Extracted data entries

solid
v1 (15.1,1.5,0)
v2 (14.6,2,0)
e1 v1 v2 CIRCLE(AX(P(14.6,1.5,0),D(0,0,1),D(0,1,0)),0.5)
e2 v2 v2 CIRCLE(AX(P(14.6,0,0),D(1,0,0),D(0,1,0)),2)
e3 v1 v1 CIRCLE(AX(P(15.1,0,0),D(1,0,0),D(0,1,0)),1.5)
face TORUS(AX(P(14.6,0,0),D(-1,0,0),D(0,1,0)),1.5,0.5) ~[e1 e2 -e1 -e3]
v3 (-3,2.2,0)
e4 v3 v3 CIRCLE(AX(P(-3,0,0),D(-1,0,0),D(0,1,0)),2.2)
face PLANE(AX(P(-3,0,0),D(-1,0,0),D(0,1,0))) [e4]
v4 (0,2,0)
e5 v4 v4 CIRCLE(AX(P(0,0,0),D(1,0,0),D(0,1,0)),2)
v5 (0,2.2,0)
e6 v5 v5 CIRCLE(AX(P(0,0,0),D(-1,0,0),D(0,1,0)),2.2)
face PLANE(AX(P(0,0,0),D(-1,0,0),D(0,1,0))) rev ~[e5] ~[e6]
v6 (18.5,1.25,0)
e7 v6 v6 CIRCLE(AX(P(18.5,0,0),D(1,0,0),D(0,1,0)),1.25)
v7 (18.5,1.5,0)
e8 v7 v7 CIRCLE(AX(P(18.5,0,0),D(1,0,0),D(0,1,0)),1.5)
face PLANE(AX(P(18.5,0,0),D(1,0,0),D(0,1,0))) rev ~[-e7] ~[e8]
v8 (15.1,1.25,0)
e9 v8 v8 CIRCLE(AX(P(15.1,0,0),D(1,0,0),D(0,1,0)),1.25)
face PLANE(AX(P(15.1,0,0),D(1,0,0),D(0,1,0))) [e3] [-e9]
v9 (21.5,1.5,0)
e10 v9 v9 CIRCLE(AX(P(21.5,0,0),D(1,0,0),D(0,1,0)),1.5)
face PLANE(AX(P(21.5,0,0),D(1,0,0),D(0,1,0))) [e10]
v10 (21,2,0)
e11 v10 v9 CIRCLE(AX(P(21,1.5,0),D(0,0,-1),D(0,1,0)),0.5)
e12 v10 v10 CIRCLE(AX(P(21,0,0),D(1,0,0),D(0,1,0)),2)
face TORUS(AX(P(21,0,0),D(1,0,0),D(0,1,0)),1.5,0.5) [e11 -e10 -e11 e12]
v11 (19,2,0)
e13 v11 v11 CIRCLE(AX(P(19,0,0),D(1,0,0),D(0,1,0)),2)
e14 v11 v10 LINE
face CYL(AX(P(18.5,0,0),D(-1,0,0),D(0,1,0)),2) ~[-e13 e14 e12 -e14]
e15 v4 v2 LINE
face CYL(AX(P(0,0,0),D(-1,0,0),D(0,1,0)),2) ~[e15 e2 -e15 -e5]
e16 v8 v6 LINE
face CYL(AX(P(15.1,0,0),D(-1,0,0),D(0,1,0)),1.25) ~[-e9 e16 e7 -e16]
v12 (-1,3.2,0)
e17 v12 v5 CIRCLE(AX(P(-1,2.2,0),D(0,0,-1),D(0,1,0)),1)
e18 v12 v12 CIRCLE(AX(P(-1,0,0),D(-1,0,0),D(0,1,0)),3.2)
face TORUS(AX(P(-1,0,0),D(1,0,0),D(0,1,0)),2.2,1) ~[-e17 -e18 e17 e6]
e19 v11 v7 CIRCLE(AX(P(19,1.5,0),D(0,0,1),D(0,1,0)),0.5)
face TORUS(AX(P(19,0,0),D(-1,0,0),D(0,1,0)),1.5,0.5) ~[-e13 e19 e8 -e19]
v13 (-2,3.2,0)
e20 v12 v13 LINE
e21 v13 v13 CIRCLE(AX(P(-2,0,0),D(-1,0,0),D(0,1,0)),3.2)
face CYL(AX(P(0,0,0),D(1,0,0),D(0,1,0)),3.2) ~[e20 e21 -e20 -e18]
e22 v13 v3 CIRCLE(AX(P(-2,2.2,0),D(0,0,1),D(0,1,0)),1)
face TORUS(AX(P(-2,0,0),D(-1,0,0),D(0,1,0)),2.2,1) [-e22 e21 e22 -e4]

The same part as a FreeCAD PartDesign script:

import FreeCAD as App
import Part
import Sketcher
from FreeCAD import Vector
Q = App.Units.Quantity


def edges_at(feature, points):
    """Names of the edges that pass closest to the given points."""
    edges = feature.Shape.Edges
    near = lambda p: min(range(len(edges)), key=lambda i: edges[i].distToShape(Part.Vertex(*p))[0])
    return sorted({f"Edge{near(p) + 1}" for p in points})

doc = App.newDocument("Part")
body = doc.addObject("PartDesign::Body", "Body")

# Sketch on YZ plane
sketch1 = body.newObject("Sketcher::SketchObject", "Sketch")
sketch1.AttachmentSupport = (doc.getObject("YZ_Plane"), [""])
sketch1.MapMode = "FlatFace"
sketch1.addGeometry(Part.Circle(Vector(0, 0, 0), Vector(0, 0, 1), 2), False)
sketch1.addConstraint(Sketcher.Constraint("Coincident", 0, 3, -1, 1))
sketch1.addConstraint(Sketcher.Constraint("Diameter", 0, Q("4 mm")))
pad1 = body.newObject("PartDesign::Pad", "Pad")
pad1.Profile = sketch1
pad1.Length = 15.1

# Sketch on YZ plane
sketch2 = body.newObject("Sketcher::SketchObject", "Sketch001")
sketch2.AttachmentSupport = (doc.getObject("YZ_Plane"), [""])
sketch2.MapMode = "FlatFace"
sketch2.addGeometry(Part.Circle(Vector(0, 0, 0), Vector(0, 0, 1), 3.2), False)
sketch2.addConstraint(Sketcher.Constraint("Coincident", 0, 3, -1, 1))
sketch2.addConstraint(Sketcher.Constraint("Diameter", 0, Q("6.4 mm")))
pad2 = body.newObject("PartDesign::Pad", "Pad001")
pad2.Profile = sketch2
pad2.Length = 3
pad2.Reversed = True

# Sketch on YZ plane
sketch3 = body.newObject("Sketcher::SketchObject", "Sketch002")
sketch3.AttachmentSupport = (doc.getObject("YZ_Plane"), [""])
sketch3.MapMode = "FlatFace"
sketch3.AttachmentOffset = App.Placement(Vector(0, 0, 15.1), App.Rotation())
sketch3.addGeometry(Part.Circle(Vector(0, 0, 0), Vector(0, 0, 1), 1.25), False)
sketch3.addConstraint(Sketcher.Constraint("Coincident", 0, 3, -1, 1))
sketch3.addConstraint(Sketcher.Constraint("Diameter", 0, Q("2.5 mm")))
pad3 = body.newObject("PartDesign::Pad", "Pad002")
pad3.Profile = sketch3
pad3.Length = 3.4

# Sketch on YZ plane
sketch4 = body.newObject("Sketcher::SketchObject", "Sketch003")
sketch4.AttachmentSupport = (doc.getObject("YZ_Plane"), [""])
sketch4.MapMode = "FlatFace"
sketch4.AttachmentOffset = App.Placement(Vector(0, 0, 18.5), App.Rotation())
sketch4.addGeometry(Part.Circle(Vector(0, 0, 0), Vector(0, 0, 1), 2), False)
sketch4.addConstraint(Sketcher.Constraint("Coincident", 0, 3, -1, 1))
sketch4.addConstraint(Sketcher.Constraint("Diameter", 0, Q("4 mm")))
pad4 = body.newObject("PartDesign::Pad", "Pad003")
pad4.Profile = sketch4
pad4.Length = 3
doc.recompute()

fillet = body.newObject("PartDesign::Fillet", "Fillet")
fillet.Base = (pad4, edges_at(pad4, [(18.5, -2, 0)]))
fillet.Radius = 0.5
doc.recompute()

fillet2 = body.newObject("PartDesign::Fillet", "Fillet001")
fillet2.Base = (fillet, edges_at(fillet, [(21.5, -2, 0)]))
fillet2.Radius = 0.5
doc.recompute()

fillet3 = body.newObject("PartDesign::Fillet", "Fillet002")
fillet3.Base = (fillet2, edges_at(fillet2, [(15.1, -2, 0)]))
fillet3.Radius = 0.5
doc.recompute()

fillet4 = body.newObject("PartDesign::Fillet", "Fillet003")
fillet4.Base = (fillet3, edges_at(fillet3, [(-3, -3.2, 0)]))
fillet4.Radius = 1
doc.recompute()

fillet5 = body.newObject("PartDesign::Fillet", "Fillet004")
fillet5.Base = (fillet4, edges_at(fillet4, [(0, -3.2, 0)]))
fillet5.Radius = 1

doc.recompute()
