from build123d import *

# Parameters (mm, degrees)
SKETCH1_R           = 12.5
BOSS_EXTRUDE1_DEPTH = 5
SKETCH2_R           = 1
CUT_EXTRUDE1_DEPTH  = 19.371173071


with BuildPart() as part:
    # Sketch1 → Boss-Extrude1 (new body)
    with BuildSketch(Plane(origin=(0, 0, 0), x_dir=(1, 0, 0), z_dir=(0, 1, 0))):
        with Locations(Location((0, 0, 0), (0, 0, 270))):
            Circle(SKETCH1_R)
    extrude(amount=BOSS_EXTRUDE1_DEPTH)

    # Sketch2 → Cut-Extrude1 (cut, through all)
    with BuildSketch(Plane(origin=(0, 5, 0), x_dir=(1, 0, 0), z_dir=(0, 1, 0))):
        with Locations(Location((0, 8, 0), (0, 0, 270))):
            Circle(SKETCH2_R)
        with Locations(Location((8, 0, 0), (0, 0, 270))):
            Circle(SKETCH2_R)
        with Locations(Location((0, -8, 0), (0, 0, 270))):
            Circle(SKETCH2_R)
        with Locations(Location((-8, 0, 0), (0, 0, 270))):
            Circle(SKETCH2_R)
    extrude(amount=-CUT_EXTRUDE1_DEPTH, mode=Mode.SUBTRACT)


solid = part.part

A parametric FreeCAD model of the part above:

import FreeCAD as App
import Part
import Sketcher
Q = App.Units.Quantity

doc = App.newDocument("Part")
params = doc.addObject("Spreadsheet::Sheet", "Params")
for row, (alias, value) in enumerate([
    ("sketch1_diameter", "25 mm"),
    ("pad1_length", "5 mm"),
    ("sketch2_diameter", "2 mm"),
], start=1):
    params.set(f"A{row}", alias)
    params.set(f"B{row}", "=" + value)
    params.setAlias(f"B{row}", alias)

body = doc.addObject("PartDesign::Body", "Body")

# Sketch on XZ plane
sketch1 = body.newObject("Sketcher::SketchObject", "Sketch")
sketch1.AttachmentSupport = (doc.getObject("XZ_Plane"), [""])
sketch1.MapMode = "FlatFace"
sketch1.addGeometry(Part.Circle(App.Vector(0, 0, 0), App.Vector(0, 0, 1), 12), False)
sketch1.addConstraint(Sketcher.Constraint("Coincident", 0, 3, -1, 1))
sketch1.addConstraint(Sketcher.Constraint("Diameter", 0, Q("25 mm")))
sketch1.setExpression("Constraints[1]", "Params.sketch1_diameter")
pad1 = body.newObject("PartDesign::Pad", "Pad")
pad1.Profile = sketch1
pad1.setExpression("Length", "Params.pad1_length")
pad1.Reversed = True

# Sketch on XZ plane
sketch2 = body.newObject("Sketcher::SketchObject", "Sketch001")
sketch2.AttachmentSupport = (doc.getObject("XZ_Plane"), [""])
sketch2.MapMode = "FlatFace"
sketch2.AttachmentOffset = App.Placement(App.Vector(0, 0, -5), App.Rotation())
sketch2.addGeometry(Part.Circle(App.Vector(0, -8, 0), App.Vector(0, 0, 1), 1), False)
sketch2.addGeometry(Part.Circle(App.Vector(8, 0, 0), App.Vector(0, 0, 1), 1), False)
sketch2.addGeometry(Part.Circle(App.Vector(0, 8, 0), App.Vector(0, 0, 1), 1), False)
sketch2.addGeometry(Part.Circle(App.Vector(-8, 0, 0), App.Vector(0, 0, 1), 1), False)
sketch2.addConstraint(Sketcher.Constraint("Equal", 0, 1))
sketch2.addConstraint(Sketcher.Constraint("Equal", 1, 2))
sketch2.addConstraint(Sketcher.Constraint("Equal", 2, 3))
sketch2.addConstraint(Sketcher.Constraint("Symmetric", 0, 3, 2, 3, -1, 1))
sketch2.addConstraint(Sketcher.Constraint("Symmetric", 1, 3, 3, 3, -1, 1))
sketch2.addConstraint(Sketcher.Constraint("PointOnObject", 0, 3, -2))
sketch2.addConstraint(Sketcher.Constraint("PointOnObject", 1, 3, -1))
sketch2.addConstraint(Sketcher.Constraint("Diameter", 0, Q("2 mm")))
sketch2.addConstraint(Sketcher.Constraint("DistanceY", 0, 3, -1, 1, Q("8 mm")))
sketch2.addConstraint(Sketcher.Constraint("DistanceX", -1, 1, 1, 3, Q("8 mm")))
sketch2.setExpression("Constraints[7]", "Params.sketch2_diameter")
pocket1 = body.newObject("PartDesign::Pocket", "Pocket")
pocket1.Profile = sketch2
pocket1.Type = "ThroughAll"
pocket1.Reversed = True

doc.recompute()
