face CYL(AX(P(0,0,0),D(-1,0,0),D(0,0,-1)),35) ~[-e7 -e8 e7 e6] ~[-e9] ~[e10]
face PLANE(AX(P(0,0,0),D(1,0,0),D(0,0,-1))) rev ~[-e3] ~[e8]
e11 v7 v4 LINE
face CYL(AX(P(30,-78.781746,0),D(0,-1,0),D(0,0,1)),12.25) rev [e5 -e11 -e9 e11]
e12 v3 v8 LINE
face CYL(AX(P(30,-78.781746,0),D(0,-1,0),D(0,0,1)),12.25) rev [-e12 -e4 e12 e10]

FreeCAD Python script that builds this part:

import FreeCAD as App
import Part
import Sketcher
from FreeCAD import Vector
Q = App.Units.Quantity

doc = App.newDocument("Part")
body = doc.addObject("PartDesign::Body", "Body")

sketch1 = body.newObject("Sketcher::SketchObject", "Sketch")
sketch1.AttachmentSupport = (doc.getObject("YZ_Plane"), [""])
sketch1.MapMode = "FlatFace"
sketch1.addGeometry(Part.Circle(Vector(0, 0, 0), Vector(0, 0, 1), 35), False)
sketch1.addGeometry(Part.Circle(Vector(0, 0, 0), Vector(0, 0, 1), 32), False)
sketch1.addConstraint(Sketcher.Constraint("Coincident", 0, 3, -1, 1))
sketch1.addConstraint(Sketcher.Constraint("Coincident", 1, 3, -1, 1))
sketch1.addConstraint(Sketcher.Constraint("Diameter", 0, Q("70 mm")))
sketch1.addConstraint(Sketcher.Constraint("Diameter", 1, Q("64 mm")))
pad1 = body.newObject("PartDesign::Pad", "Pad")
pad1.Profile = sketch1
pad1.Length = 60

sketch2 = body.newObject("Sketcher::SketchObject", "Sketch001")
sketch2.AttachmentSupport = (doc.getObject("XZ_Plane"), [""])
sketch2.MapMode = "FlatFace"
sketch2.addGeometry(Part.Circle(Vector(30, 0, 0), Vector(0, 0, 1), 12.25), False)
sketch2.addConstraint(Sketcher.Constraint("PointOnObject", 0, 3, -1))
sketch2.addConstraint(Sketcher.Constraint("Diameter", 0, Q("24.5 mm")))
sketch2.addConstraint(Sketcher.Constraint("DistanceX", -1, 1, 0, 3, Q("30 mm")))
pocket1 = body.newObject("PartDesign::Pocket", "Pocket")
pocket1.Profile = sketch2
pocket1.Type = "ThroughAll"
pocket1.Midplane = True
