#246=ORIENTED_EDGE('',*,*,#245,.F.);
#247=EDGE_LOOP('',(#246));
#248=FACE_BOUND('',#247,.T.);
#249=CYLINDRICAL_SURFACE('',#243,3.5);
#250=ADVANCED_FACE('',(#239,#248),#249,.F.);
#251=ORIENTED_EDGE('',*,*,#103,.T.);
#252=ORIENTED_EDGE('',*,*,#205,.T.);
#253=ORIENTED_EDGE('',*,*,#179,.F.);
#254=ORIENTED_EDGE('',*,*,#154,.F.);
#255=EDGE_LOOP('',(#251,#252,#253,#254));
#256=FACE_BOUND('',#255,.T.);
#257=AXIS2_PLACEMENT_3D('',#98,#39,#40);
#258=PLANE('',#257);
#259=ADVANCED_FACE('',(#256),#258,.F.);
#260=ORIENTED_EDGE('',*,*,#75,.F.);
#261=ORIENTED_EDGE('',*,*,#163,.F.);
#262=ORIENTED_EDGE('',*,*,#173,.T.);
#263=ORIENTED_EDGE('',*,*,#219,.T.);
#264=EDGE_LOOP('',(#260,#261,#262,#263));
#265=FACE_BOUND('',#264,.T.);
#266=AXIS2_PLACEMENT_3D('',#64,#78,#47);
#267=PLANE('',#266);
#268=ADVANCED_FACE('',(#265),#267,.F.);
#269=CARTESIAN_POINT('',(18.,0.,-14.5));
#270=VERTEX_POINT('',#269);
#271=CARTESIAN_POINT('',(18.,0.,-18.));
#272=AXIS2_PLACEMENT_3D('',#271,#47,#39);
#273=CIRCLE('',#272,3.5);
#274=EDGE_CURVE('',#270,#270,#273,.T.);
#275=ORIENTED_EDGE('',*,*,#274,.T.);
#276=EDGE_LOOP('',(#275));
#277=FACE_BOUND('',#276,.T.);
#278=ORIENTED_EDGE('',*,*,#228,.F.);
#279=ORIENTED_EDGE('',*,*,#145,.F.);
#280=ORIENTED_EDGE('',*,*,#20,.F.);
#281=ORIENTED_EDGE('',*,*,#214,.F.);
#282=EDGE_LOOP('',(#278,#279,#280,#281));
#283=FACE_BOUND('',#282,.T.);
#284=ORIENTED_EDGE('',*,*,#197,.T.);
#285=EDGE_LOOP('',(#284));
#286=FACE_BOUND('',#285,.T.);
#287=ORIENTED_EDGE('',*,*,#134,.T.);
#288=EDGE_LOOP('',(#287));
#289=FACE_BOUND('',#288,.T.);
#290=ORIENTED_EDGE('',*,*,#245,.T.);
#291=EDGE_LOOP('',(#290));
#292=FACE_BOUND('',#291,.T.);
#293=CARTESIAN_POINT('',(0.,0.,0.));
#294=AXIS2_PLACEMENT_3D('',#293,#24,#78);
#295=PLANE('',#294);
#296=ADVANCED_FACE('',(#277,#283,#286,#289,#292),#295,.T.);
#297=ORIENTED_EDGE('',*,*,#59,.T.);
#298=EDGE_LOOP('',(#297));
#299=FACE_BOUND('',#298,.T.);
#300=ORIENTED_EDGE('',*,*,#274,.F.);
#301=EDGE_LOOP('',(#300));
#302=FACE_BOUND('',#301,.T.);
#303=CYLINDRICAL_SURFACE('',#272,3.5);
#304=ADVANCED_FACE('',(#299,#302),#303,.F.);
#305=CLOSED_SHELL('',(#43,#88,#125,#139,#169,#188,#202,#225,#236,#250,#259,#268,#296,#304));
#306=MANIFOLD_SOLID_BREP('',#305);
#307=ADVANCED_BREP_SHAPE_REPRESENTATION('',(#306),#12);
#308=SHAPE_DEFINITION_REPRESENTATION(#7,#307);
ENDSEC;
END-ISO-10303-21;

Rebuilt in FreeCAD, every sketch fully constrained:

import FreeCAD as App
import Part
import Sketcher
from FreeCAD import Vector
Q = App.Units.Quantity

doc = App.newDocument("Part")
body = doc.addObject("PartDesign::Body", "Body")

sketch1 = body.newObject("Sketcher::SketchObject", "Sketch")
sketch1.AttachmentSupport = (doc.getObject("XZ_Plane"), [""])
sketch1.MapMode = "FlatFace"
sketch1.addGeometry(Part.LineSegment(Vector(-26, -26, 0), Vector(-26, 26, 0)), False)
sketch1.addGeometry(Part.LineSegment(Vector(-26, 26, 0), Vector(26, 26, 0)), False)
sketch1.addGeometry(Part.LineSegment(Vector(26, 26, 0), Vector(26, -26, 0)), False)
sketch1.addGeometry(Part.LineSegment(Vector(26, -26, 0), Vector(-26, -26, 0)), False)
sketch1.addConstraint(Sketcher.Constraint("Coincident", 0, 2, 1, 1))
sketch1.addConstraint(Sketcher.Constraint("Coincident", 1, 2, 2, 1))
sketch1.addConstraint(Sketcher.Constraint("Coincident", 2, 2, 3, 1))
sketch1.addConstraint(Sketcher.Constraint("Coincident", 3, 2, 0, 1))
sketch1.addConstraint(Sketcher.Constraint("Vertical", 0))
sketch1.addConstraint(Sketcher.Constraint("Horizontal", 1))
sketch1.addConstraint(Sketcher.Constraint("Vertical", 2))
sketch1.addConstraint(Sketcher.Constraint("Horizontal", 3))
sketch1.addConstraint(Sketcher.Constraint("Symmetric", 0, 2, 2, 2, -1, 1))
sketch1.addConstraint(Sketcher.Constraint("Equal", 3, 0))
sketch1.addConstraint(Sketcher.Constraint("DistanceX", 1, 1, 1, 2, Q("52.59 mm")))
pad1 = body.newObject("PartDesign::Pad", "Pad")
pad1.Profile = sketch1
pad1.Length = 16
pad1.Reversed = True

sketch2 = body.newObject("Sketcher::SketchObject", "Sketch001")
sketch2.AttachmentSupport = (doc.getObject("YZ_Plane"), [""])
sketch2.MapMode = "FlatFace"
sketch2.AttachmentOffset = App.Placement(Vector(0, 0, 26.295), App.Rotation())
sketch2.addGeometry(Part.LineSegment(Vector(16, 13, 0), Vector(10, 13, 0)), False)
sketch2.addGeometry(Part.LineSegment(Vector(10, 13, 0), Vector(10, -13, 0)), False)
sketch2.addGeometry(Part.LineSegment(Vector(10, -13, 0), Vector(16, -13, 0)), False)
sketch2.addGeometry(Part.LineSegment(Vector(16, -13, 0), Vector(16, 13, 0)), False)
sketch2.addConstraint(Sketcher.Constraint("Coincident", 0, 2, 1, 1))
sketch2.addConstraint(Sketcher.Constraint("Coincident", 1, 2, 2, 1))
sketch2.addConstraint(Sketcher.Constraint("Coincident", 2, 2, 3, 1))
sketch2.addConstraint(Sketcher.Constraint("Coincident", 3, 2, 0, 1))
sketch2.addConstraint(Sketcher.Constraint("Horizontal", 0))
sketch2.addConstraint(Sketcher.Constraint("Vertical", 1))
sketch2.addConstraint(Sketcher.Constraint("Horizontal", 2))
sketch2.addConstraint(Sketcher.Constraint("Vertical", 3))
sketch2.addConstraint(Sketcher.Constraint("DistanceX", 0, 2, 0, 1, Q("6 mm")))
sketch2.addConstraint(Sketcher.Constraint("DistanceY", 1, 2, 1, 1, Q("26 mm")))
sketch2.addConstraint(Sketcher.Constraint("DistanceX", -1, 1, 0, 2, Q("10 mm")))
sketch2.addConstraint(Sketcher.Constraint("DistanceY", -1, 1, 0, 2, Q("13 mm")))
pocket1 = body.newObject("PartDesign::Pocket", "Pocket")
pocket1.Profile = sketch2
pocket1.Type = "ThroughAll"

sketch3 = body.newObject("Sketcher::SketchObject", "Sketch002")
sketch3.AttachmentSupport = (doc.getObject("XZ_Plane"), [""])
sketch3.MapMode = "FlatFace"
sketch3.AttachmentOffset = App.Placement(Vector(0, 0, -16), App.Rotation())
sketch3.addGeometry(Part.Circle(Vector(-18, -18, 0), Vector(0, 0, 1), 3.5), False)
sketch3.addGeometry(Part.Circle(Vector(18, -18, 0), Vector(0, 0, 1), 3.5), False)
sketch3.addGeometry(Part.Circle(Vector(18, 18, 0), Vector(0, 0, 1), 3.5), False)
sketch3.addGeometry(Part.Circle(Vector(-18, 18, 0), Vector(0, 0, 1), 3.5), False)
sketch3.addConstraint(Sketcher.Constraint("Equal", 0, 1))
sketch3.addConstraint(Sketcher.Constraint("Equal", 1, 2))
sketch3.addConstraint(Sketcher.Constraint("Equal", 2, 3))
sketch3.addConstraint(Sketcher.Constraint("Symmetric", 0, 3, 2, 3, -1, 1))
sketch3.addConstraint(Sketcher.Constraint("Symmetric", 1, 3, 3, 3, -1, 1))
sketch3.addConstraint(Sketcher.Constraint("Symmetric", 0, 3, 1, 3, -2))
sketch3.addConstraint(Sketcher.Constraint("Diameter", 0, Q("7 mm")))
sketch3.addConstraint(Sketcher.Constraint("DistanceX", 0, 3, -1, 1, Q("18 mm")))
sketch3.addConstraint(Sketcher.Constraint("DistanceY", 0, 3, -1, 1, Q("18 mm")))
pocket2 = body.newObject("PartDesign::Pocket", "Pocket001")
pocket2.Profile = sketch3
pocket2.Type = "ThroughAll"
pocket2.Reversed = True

## Task directions
Copy every line from the entries that contains the word "Location".

## Solution for this exercise
        with Locations(Location((0, 0, 0), (0, 0, 270))):
        with Locations(Location((0, 8, 0), (0, 0, 270))):
        with Locations(Location((8, 0, 0), (0, 0, 270))):
        with Locations(Location((0, -8, 0), (0, 0, 270))):
        with Locations(Location((-8, 0, 0), (0, 0, 270))):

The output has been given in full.